Csound and the Music N Languages are widely used; however, while their text-based score input syntax is a powerful tool, especially for home-grown note-list generation programs, these score-files can also be quite cumbersome, especially for techniques such as event-based granular synthesis and traditional note-name and rhythm input. Similar to Aleck Brinkman's SCORE11 and Andre Bartetzki's CMASK, nGen is a portable text-based application. It runs on most platforms (Windows, Mac, Linux, Irix, UNIX, etc.) and allows for macro- and micro-level generation of event-list data by providing many dynamic functions for dealing with statistical generation (such as interpolation between values over the course of many events, varieties of pseudo-random data generation, p-field extraction and filtering, 1/f data, the use of "sets" of values, etc.) as well as special modes of input (such as note-name/octave-number, reciprocal duration code, etc.).

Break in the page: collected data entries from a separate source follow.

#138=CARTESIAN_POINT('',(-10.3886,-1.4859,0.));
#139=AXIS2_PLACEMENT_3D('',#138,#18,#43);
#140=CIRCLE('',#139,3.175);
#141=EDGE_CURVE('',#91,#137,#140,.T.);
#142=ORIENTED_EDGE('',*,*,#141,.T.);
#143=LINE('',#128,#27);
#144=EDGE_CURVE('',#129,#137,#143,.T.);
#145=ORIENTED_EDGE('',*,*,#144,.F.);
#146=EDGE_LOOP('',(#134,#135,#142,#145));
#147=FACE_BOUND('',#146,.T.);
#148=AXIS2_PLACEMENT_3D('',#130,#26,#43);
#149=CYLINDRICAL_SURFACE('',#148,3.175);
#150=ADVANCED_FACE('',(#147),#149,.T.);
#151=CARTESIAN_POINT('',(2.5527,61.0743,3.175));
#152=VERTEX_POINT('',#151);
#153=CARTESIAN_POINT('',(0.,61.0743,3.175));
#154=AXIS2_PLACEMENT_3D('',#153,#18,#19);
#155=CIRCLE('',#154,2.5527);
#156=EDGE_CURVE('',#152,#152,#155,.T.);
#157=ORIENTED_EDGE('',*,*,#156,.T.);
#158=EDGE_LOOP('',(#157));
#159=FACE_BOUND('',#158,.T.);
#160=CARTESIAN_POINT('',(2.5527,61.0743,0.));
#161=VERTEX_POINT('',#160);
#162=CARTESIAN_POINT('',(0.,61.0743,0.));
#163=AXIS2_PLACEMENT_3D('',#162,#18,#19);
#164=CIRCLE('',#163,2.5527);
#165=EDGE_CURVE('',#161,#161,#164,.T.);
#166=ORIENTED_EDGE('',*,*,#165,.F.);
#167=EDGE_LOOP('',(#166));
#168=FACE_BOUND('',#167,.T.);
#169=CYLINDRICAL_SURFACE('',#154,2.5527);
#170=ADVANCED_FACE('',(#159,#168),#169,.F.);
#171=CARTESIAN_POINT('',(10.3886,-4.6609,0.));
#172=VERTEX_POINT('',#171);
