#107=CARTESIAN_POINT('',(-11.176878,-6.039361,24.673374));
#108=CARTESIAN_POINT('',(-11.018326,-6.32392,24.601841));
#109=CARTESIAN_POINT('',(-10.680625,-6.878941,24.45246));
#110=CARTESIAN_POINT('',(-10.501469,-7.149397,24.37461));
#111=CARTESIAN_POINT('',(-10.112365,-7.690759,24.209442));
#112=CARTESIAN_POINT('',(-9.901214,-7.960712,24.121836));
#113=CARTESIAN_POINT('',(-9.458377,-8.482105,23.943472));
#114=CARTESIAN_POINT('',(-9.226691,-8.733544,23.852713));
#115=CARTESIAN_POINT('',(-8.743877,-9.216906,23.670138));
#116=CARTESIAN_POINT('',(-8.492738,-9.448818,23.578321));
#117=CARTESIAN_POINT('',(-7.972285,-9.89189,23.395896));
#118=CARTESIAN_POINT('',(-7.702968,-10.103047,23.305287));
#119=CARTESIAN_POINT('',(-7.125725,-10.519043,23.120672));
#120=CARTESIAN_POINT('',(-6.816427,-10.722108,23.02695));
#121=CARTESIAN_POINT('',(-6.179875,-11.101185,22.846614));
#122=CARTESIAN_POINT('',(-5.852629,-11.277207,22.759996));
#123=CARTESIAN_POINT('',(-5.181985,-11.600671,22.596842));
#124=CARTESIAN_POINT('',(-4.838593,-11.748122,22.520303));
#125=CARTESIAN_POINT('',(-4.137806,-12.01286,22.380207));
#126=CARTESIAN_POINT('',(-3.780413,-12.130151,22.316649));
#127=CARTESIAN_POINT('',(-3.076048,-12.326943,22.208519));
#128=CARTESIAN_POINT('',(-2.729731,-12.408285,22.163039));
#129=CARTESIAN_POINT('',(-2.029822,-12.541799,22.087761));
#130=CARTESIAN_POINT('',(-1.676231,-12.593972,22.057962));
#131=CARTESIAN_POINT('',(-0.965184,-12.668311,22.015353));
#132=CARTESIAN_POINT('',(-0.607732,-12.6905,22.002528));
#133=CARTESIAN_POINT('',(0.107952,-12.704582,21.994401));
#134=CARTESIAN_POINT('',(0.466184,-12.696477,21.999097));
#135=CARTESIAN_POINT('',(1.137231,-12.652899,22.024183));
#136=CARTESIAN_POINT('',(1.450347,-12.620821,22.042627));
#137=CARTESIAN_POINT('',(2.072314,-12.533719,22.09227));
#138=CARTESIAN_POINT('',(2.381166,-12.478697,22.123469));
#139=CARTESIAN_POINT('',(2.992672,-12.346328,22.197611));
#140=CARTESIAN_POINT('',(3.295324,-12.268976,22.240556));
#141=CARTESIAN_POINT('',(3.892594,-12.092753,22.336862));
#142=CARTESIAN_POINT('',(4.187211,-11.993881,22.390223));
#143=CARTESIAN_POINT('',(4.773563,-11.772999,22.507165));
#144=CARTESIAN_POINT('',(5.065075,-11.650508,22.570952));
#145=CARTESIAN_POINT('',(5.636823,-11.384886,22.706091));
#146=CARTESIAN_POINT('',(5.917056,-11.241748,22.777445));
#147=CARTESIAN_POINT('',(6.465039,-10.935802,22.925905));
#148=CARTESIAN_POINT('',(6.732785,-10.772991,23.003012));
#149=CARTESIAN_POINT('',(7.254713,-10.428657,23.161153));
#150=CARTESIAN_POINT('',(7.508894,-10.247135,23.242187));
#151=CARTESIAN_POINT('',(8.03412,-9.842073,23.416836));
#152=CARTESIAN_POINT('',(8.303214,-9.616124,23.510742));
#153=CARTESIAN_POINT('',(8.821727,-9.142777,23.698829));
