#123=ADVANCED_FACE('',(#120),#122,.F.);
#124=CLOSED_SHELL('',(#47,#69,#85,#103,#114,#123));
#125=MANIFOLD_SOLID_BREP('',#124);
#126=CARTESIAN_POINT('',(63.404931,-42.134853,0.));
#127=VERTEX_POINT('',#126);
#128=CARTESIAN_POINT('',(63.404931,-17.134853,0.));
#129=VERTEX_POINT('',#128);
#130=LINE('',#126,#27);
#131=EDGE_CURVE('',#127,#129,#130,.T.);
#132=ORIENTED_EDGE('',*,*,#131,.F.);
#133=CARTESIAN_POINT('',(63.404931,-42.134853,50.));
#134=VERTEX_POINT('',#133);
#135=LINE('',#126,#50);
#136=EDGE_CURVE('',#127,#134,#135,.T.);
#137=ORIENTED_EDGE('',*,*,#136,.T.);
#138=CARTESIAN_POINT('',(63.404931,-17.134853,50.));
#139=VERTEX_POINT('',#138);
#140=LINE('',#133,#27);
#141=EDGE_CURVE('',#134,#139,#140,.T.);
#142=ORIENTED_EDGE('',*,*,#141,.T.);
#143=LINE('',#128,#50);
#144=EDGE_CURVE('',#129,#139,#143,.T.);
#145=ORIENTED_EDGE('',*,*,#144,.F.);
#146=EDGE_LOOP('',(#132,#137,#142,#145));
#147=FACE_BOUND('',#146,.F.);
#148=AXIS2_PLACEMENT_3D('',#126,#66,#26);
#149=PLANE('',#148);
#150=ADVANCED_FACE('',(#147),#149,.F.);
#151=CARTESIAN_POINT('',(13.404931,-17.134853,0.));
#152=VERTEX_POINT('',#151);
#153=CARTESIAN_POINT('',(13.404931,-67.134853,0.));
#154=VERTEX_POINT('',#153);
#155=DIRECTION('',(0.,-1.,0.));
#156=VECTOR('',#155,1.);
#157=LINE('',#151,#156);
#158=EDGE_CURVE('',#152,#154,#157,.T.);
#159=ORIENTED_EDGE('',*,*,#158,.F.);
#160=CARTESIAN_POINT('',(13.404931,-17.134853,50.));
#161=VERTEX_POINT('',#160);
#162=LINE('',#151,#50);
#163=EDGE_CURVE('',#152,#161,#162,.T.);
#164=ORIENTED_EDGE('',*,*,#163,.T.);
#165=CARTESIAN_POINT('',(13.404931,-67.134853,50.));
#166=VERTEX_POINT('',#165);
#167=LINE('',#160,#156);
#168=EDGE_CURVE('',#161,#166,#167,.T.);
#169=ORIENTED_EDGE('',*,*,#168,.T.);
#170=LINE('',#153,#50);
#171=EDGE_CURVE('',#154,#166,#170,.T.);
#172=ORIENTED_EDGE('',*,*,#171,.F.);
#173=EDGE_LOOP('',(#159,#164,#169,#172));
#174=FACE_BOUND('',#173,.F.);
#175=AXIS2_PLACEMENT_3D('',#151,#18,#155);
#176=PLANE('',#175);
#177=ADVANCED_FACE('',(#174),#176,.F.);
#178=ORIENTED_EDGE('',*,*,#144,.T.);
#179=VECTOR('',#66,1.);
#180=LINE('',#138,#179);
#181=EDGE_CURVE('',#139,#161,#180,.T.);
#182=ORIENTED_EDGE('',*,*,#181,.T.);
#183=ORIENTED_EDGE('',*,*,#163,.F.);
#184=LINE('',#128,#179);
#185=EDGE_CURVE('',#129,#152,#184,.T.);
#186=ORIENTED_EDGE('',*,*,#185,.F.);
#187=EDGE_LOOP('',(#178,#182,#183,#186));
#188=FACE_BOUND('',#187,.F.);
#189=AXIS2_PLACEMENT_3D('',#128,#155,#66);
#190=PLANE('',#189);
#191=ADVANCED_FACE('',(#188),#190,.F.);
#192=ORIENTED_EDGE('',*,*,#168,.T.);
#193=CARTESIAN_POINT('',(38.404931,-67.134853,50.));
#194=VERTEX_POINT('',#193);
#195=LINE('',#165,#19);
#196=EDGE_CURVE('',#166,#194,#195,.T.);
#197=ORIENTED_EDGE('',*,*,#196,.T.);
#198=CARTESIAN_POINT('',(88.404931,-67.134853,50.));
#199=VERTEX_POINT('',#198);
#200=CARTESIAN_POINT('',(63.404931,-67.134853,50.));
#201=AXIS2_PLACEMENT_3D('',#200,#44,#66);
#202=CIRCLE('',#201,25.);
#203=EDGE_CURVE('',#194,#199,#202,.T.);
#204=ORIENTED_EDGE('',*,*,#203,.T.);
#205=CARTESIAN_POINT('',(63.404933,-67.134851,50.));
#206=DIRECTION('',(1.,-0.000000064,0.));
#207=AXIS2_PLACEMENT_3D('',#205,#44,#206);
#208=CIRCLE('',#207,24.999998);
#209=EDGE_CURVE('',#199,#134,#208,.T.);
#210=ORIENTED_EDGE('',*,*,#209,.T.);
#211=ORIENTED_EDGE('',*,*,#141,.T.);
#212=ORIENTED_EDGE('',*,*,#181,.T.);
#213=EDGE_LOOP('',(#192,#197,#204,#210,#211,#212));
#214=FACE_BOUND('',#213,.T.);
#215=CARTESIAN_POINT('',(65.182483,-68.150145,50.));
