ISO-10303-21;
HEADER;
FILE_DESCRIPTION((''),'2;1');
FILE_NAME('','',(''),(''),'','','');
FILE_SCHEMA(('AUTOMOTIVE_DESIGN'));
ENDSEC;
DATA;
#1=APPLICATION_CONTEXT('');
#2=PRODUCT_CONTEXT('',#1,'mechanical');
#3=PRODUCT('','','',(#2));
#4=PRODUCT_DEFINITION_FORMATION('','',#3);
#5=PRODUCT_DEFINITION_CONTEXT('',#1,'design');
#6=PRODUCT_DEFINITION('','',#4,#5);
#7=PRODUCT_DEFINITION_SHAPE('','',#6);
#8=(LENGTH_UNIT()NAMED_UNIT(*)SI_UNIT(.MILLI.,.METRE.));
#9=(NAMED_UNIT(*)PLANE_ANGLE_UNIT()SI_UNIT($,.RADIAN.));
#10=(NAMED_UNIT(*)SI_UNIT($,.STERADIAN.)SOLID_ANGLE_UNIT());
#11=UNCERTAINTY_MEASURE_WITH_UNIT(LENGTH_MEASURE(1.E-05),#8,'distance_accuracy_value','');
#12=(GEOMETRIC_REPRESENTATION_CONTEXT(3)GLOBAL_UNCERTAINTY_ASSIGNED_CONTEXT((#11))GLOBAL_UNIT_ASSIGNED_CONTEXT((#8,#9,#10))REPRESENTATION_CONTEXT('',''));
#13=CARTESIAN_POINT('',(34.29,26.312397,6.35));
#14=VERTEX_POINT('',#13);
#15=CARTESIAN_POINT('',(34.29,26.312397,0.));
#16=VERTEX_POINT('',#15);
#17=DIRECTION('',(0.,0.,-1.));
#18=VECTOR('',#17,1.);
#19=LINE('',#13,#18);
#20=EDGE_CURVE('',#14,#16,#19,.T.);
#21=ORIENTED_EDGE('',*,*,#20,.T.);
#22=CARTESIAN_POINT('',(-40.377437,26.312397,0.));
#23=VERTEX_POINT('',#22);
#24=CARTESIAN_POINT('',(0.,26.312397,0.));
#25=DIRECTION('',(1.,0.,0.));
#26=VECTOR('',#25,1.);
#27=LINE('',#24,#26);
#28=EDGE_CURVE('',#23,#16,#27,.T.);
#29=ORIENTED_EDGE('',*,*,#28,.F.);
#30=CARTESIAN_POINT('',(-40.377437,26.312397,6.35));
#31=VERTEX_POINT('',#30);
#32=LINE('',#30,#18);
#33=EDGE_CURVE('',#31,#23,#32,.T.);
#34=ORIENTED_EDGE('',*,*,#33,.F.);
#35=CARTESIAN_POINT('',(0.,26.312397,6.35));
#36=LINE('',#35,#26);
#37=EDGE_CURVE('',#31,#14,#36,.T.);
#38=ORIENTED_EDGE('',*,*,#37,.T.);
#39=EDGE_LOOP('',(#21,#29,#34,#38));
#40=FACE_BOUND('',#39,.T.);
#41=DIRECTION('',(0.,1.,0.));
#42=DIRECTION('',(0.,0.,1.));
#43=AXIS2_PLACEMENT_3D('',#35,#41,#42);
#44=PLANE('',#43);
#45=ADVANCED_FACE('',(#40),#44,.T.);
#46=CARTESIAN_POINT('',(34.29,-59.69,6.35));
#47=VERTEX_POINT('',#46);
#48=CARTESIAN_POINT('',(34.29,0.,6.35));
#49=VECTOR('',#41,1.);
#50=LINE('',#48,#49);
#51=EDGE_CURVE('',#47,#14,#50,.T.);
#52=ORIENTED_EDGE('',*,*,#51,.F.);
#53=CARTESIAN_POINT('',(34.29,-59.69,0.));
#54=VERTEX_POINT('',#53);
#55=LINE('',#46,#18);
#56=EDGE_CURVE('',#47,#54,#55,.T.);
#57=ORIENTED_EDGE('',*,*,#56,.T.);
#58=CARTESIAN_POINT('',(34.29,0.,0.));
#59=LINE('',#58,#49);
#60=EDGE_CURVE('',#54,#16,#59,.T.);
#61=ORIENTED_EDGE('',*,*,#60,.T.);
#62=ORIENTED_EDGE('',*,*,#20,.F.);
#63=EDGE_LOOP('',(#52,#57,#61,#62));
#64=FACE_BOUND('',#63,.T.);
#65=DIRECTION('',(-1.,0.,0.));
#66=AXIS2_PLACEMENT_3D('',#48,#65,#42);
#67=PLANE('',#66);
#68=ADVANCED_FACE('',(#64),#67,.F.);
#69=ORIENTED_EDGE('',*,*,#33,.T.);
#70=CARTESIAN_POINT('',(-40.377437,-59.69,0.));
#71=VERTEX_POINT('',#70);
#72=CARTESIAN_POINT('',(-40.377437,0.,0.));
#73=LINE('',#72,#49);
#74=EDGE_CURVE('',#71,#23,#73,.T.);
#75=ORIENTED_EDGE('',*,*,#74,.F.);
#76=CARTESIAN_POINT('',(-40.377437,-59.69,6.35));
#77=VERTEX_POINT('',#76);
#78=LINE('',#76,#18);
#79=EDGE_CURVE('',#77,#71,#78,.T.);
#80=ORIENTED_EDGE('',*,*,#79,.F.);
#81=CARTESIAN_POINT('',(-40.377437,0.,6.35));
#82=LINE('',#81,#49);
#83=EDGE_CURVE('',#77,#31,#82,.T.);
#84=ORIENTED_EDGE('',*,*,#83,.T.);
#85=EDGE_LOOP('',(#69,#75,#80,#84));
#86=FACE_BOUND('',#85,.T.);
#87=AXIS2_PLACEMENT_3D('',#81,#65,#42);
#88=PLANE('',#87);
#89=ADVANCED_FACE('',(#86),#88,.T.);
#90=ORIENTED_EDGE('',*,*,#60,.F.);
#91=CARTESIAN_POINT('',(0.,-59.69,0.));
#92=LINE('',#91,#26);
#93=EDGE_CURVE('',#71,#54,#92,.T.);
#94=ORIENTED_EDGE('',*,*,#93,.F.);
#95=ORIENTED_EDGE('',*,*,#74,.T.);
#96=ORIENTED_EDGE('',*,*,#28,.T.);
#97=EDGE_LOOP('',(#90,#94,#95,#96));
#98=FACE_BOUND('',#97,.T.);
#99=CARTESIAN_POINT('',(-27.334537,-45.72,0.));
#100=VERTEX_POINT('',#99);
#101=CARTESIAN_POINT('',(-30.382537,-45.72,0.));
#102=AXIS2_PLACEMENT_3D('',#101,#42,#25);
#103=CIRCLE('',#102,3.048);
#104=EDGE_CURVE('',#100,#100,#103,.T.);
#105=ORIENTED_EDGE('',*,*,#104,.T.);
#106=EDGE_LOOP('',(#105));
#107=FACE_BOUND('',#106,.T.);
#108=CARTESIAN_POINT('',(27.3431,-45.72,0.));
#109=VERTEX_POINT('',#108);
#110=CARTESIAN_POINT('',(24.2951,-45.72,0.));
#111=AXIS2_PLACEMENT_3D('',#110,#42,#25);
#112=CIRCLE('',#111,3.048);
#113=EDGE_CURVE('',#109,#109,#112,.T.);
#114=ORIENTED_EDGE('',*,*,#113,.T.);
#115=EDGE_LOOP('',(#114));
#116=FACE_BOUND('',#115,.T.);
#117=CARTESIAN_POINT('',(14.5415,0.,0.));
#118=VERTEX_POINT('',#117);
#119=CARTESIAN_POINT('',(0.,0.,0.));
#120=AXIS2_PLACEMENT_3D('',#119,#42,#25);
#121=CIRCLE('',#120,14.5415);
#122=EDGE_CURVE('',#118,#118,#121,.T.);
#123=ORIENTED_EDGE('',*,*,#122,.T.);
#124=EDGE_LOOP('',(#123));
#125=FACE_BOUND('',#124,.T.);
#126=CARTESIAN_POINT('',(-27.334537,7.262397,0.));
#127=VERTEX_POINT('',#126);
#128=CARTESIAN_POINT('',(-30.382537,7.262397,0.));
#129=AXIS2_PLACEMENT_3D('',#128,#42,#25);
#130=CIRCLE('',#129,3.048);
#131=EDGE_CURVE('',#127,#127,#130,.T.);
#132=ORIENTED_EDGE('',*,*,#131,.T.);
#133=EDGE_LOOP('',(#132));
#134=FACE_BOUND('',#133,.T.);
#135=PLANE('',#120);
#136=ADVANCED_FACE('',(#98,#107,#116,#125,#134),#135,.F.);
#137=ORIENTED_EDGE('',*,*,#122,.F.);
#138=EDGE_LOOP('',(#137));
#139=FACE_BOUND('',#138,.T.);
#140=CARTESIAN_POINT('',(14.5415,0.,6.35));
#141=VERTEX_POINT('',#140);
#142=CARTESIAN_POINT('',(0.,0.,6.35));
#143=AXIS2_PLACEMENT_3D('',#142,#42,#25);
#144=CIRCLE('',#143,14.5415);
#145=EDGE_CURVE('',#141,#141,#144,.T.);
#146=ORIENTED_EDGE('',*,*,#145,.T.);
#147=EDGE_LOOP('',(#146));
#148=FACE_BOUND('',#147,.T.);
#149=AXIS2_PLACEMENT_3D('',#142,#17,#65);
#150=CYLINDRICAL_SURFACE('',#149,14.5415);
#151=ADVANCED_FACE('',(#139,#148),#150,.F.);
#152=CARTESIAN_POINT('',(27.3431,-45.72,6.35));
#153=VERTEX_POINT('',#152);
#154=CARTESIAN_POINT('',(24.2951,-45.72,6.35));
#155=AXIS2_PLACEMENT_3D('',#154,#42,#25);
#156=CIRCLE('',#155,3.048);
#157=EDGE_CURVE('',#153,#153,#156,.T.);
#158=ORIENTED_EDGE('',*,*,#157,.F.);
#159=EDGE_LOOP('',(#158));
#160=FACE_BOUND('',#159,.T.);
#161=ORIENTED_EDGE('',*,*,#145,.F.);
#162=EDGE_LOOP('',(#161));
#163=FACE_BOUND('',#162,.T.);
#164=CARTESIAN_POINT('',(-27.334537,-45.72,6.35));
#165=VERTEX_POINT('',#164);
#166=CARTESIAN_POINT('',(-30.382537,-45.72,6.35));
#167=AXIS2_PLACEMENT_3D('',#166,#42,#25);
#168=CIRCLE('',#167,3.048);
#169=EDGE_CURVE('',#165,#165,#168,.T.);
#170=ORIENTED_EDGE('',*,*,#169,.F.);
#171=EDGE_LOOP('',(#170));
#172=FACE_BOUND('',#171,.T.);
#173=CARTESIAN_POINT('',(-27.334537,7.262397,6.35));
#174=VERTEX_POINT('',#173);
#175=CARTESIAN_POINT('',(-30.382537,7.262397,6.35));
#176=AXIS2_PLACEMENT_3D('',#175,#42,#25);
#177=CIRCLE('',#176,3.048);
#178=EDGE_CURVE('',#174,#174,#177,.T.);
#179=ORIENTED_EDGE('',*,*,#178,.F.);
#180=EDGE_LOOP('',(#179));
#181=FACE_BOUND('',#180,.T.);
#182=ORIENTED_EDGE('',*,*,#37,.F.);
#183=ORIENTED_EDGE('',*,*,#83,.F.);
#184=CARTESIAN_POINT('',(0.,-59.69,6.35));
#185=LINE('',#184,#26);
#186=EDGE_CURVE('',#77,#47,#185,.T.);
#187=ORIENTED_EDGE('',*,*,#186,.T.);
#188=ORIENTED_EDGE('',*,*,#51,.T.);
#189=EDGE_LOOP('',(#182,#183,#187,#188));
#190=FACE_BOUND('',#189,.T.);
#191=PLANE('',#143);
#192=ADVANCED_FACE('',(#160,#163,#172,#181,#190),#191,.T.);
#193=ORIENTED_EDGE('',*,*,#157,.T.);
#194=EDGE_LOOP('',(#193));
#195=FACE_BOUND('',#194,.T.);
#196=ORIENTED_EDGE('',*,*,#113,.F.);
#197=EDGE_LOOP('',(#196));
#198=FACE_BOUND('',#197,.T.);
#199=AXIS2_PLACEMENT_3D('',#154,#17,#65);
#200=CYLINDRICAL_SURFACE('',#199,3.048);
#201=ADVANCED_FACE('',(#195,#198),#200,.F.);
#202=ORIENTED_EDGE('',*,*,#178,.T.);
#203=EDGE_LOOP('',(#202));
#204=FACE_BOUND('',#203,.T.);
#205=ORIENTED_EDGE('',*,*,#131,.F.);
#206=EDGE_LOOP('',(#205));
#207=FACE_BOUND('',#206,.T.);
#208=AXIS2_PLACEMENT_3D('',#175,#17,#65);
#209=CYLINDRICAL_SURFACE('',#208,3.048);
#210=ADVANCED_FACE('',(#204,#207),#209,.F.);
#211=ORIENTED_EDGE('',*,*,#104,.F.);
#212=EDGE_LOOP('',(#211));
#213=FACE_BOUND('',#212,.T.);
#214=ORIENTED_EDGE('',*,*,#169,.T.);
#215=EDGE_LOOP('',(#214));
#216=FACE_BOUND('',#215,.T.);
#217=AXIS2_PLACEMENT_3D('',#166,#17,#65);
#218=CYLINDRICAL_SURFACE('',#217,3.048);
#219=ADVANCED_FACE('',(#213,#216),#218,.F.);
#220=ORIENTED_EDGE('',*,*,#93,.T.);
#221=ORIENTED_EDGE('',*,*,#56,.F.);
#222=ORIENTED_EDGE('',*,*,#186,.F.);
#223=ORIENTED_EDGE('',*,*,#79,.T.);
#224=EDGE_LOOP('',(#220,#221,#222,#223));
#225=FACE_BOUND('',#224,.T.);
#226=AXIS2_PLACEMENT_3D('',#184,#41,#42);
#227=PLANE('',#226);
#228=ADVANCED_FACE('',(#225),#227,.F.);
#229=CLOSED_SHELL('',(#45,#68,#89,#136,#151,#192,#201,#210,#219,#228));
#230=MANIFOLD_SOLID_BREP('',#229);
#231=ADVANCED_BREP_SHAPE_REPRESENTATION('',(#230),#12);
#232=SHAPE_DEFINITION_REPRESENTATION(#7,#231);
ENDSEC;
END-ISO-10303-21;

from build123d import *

# Parameters (mm, degrees)
SKETCH1_W           = 74.667436935
SKETCH1_H           = 86.002396902
SKETCH1_R           = 14.5415
SKETCH1_R_2         = 3.048
BOSS_EXTRUDE1_DEPTH = 6.35


with BuildPart() as part:
    # Sketch1 → Boss-Extrude1 (new body)
    with BuildSketch(Plane.XY):
        with Locations((-3.043718468, -16.688801549)):
            Rectangle(SKETCH1_W, SKETCH1_H)
        Circle(SKETCH1_R, mode=Mode.SUBTRACT)
        with Locations((-30.382536935, 7.262396902)):
            Circle(SKETCH1_R_2, mode=Mode.SUBTRACT)
        with Locations((24.2951, -45.72)):
            Circle(SKETCH1_R_2, mode=Mode.SUBTRACT)
        with Locations((-30.382536935, -45.72)):
            Circle(SKETCH1_R_2, mode=Mode.SUBTRACT)
    extrude(amount=BOSS_EXTRUDE1_DEPTH)


solid = part.part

Its memory allocation is dynamic, making it useful for macro-level control over huge score-files. In addition, nGen contains a flexible text-based macro pre-processor identical to that found in recent versions of Csound and also allows for many varieties of data conversion and special output formatting. nGen is command-line based (a GUI by Michael Thompson, exists for Mac versions of OS 8.5 to 9.1) and accepts an ASCII formatted text-file which is expanded into a Csound score-file or a standard MIDI file. It is easy to use and is extremely flexible making it suitable for use by those not experienced with high-level computer programming languages.

References

“The computing machine is a marvelous invention and seems almost superhuman. But in reality it is as limited as the mind of the individual who feeds it material. Like the computer, the machines we use for making music can only give back what we put into them.”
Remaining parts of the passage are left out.